Technique: Reduce HTTP calls. This gets a little bit complicated, but a site will run faster when it has to ask for fewer things in order to load. Start by merging your JavaScript files into a single file, and do the same with your CSS files. If any of your plugins load their own JavaScript or CSS files, either use their options to disable them from loading those files or determine whether you even need the plugins in the first place.

Tools: WP Super Cache is a free plugin that helps minimize the resources used in each file, thus speeding up the loading process. Use a tool like Font Awesome so your site will only need to load a single file for any icons.

Tip: Use HTTP/2

This new data transport protocol speeds up your website by improving the way a server sends files. The older protocol, HTTP1.1, creates a bottleneck of sorts in the page loading process.

Technique: Check with your hosting provider for options to implement HTTP/2. The CDN you choose matters here, too. Some offer HTTP/2 solutions, so keep this factor in mind as you select one.

The SEO experts at Yoast wrote up an in-depth explanation of this protocol, so if you want to really dive into the details, start there.

Tool: HTTP2.Pro allows you to test your site’s HTTP/2 capabilities. It’s free and easy to use – simply copy+paste your URL and it will tell you if your server supports HTTP/2.

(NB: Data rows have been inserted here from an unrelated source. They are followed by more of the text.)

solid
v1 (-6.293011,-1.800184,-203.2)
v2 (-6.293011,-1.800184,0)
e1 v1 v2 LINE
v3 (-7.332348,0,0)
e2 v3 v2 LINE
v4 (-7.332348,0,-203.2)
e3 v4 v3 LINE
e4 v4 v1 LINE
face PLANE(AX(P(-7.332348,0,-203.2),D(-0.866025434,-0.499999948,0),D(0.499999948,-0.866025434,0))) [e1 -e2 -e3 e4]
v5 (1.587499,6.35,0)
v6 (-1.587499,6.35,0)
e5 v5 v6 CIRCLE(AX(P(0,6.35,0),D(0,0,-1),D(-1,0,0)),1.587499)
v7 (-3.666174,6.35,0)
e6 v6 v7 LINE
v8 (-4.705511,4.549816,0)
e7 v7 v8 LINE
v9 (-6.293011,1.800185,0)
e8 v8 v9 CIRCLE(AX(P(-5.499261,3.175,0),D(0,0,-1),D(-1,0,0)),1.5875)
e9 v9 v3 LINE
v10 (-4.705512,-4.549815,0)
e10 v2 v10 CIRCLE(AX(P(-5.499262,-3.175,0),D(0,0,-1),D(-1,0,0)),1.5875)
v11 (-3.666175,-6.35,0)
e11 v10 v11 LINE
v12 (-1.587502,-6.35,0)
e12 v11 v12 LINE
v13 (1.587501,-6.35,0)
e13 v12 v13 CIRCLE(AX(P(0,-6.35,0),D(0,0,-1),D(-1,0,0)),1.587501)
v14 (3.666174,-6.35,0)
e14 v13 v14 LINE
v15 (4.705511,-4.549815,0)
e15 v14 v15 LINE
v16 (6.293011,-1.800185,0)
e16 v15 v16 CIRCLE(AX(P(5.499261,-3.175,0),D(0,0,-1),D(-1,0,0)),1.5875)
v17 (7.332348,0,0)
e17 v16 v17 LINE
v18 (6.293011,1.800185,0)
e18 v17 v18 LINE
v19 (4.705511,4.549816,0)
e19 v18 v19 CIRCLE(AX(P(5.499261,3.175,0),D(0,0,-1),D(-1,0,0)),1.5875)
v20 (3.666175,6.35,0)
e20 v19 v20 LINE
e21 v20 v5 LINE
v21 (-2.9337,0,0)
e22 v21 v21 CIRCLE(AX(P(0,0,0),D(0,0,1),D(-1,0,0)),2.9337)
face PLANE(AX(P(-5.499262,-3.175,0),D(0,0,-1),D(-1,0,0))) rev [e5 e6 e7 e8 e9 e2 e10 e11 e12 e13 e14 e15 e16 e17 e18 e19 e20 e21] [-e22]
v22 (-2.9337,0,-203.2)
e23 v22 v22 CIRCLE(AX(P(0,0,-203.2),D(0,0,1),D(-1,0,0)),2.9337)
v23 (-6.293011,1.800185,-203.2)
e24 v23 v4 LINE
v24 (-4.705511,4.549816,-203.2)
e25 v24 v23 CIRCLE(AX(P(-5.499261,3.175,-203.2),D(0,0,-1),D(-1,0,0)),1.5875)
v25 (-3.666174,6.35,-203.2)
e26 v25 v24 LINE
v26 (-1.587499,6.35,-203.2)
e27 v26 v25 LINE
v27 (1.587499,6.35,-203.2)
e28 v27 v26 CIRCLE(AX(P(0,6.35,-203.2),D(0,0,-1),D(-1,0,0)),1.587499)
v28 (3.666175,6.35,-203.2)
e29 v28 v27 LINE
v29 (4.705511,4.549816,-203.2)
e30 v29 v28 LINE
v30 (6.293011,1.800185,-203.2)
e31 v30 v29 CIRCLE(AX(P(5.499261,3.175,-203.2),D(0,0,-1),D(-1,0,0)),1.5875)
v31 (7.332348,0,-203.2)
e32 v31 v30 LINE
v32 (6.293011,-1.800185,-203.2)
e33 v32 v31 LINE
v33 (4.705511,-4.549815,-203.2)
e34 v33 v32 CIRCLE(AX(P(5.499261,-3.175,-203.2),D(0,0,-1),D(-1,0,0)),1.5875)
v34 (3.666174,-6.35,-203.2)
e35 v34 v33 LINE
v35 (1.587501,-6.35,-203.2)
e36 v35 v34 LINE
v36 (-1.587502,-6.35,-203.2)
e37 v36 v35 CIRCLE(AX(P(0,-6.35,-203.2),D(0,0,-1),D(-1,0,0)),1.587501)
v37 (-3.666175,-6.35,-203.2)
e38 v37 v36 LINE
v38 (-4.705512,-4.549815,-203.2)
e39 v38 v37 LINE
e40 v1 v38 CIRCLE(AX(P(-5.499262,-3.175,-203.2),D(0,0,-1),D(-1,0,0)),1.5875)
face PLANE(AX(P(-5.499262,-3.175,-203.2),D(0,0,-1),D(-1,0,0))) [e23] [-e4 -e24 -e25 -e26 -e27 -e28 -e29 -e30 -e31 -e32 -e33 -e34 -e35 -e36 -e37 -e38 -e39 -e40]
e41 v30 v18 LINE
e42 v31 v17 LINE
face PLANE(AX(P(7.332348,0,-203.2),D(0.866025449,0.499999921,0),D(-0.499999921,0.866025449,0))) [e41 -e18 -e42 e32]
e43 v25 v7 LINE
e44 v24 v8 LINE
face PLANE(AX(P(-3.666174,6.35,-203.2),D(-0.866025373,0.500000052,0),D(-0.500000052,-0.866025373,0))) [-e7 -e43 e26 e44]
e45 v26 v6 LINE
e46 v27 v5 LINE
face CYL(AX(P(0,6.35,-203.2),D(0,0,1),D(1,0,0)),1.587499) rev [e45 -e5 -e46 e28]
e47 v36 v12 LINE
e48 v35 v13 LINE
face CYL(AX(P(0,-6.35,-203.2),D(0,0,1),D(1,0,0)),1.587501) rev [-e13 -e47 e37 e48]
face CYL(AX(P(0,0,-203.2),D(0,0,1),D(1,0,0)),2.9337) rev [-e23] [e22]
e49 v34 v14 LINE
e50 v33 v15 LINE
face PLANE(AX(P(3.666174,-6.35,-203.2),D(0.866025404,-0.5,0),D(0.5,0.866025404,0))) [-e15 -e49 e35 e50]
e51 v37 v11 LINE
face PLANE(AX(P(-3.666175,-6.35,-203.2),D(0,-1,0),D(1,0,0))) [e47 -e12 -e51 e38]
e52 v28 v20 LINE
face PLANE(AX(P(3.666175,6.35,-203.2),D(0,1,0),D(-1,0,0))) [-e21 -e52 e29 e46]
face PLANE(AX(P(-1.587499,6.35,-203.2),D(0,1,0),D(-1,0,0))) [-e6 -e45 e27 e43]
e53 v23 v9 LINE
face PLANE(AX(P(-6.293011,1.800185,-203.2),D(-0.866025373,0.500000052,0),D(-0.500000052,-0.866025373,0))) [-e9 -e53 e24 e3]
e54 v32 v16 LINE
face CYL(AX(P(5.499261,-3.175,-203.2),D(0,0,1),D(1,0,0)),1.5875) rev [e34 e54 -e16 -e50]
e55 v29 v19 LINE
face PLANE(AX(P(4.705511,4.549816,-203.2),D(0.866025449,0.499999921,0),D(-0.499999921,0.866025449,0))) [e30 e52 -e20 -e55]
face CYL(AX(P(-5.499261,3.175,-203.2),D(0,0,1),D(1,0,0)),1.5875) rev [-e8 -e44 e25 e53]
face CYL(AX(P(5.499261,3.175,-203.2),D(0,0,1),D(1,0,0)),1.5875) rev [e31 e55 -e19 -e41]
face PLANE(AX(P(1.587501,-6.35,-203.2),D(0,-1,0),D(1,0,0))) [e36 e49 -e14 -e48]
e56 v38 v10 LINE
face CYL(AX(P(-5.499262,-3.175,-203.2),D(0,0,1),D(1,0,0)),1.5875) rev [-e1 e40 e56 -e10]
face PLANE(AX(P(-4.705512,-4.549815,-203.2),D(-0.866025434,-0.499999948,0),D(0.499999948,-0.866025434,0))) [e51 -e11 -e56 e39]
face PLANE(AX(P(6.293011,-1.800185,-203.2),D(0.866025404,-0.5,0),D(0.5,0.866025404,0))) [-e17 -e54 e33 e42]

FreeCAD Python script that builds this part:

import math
import FreeCAD as App
import Part
import Sketcher
from FreeCAD import Vector
Q = App.Units.Quantity

doc = App.newDocument("Part")
body = doc.addObject("PartDesign::Body", "Body")

# Sketch on XY plane
sketch1 = doc.addObject("Sketcher::SketchObject", "Sketch")
body.addObject(sketch1)
sketch1.AttachmentSupport = (doc.XY_Plane, [""])
sketch1.MapMode = "FlatFace"
sketch1.addGeometry(Part.LineSegment(Vector(-4.7, -4.5, 0), Vector(-3.7, -6.3, 0)), False)
sketch1.addGeometry(Part.LineSegment(Vector(-3.7, -6.3, 0), Vector(-1.6, -6.3, 0)), False)
sketch1.addGeometry(Part.ArcOfCircle(Part.Circle(Vector(0, -6.4, 0), Vector(0, 0, 1), 1.6), math.radians(0), math.radians(180)), False)
sketch1.addGeometry(Part.LineSegment(Vector(1.6, -6.3, 0), Vector(3.7, -6.3, 0)), False)
sketch1.addGeometry(Part.LineSegment(Vector(3.7, -6.3, 0), Vector(4.7, -4.5, 0)), False)
sketch1.addGeometry(Part.ArcOfCircle(Part.Circle(Vector(5.5, -3.2, 0), Vector(0, 0, 1), 1.6), math.radians(60), math.radians(240)), False)
sketch1.addGeometry(Part.LineSegment(Vector(6.3, -1.8, 0), Vector(7.3, 0, 0)), False)
sketch1.addGeometry(Part.LineSegment(Vector(7.3, 0, 0), Vector(6.3, 1.8, 0)), False)
sketch1.addGeometry(Part.ArcOfCircle(Part.Circle(Vector(5.5, 3.2, 0), Vector(0, 0, 1), 1.6), math.radians(120), math.radians(300)), False)
sketch1.addGeometry(Part.LineSegment(Vector(4.7, 4.5, 0), Vector(3.7, 6.4, 0)), False)
sketch1.addGeometry(Part.LineSegment(Vector(3.7, 6.4, 0), Vector(1.6, 6.4, 0)), False)
sketch1.addGeometry(Part.ArcOfCircle(Part.Circle(Vector(0, 6.4, 0), Vector(0, 0, 1), 1.6), math.radians(-180), math.radians(0)), False)
sketch1.addGeometry(Part.LineSegment(Vector(-1.6, 6.4, 0), Vector(-3.7, 6.4, 0)), False)
sketch1.addGeometry(Part.LineSegment(Vector(-3.7, 6.4, 0), Vector(-4.7, 4.5, 0)), False)
sketch1.addGeometry(Part.ArcOfCircle(Part.Circle(Vector(-5.5, 3.2, 0), Vector(0, 0, 1), 1.6), math.radians(-120), math.radians(60)), False)
sketch1.addGeometry(Part.LineSegment(Vector(-6.3, 1.8, 0), Vector(-7.3, 0, 0)), False)
sketch1.addGeometry(Part.LineSegment(Vector(-7.3, 0, 0), Vector(-6.3, -1.8, 0)), False)
sketch1.addGeometry(Part.ArcOfCircle(Part.Circle(Vector(-5.5, -3.2, 0), Vector(0, 0, 1), 1.6), math.radians(-60), math.radians(120)), False)
sketch1.addGeometry(Part.Circle(Vector(0, 0, 0), Vector(0, 0, 1), 2.9), False)
sketch1.addConstraint(Sketcher.Constraint("Coincident", 0, 2, 1, 1))
sketch1.addConstraint(Sketcher.Constraint("Coincident", 1, 2, 2, 2))
sketch1.addConstraint(Sketcher.Constraint("Coincident", 2, 1, 3, 1))
sketch1.addConstraint(Sketcher.Constraint("Coincident", 3, 2, 4, 1))
sketch1.addConstraint(Sketcher.Constraint("Coincident", 4, 2, 5, 2))
sketch1.addConstraint(Sketcher.Constraint("Coincident", 5, 1, 6, 1))
sketch1.addConstraint(Sketcher.Constraint("Coincident", 6, 2, 7, 1))
sketch1.addConstraint(Sketcher.Constraint("Coincident", 7, 2, 8, 2))
sketch1.addConstraint(Sketcher.Constraint("Coincident", 8, 1, 9, 1))
sketch1.addConstraint(Sketcher.Constraint("Coincident", 9, 2, 10, 1))
sketch1.addConstraint(Sketcher.Constraint("Coincident", 10, 2, 11, 2))
sketch1.addConstraint(Sketcher.Constraint("Coincident", 11, 1, 12, 1))
sketch1.addConstraint(Sketcher.Constraint("Coincident", 12, 2, 13, 1))
sketch1.addConstraint(Sketcher.Constraint("Coincident", 13, 2, 14, 2))
sketch1.addConstraint(Sketcher.Constraint("Coincident", 14, 1, 15, 1))
sketch1.addConstraint(Sketcher.Constraint("Coincident", 15, 2, 16, 1))
sketch1.addConstraint(Sketcher.Constraint("Coincident", 16, 2, 17, 2))
sketch1.addConstraint(Sketcher.Constraint("Coincident", 17, 1, 0, 1))
sketch1.addConstraint(Sketcher.Constraint("Horizontal", 1))
sketch1.addConstraint(Sketcher.Constraint("Horizontal", 3))
sketch1.addConstraint(Sketcher.Constraint("Horizontal", 10))
sketch1.addConstraint(Sketcher.Constraint("Horizontal", 12))
sketch1.addConstraint(Sketcher.Constraint("Coincident", 18, 3, -1, 1))
sketch1.addConstraint(Sketcher.Constraint("Equal", 2, 5))
sketch1.addConstraint(Sketcher.Constraint("Equal", 5, 8))
sketch1.addConstraint(Sketcher.Constraint("Equal", 8, 11))
sketch1.addConstraint(Sketcher.Constraint("Equal", 11, 14))
sketch1.addConstraint(Sketcher.Constraint("Equal", 14, 17))
sketch1.addConstraint(Sketcher.Constraint("Symmetric", 2, 3, 11, 3, -1, 1))
sketch1.addConstraint(Sketcher.Constraint("Symmetric", 5, 3, 14, 3, -1, 1))
sketch1.addConstraint(Sketcher.Constraint("Symmetric", 8, 3, 17, 3, -1, 1))
sketch1.addConstraint(Sketcher.Constraint("Symmetric", 0, 2, 9, 2, -1, 1))
sketch1.addConstraint(Sketcher.Constraint("Symmetric", 3, 2, 12, 2, -1, 1))
sketch1.addConstraint(Sketcher.Constraint("Symmetric", 6, 2, 15, 2, -1, 1))
sketch1.addConstraint(Sketcher.Constraint("Symmetric", 8, 3, 14, 3, -2))
sketch1.addConstraint(Sketcher.Constraint("Symmetric", 1, 2, 2, 1, -2))
sketch1.addConstraint(Sketcher.Constraint("PointOnObject", 6, 2, -1))
sketch1.addConstraint(Sketcher.Constraint("Parallel", 4, 6))
sketch1.addConstraint(Sketcher.Constraint("Parallel", 0, 7))
sketch1.addConstraint(Sketcher.Constraint("Parallel", 7, 9))
sketch1.addConstraint(Sketcher.Constraint("Parallel", 6, 13))
sketch1.addConstraint(Sketcher.Constraint("Parallel", 13, 15))
sketch1.addConstraint(Sketcher.Constraint("Parallel", 9, 16))
sketch1.addConstraint(Sketcher.Constraint("Horizontal", 2, 3, 0, 2))
sketch1.addConstraint(Sketcher.Constraint("Horizontal", 8, 1, 13, 2))
sketch1.addConstraint(Sketcher.Constraint("Horizontal", 7, 2, 14, 1))
sketch1.addConstraint(Sketcher.Constraint("Equal", 4, 6))
sketch1.addConstraint(Sketcher.Constraint("Diameter", 18, Q("0.231 in")))
sketch1.addConstraint(Sketcher.Constraint("Angle", 0, Q("-60.000003 deg")))
sketch1.addConstraint(Sketcher.Constraint("Radius", 2, Q("0.0625 in")))
sketch1.addConstraint(Sketcher.Constraint("DistanceY", 2, 3, 11, 3, Q("0.5 in")))
sketch1.addConstraint(Sketcher.Constraint("DistanceY", 5, 3, 8, 3, Q("0.25 in")))
sketch1.addConstraint(Sketcher.Constraint("DistanceX", 4, 2, 5, 3, Q("0.03125 in")))
sketch1.addConstraint(Sketcher.Constraint("DistanceX", 1, 1, 1, 2, Q("2.078673 mm")))
pad1 = doc.addObject("PartDesign::Pad", "Pad")
body.addObject(pad1)
pad1.Profile = sketch1
pad1.Length = Q("8 in")
pad1.Reversed = True

doc.recompute()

Tip: Include the trailing slash in links

It may seem like an insignificant detail, but every millisecond adds up! Here’s what a site without a trailing slash looks like:

https://www.punchbugmarketing.com/digital-marketing-blog

Here’s the same link with the trailing slash:

https://www.punchbugmarketing.com/digital-marketing-blog/

Technique: A URL without a trailing slash causes a web server to make an unnecessary redirect, which takes just a little bit more time. By including the slash in any internal links in your site and external links pointing to your site, you’ll help servers load it a bit faster.

Tip: Test your speed!

We’re big believers in constant testing. By continually measuring your performance, you can determine where you’re doing well and where you need to improve.

Tool: Google’s Lighthouse tool is designed to help you improve the quality of your web page. It’s easy to use and understand, but still gives you thorough measurements of your website. You can run it easily through Chrome DevTools.

The Takeaway

Both users and search engine crawlers want to see fast web pages. That makes page speed optimization essential for any website looking to grow and attract new users. Speed may be overlooked all too often, but it’s a great way to improve SEO, UX, and conversion rates. To put it plainly, a faster site is a site that generates more traffic and revenue. So don’t camp in the slow lane. Use these tips to give your site a boost and outpace the competition!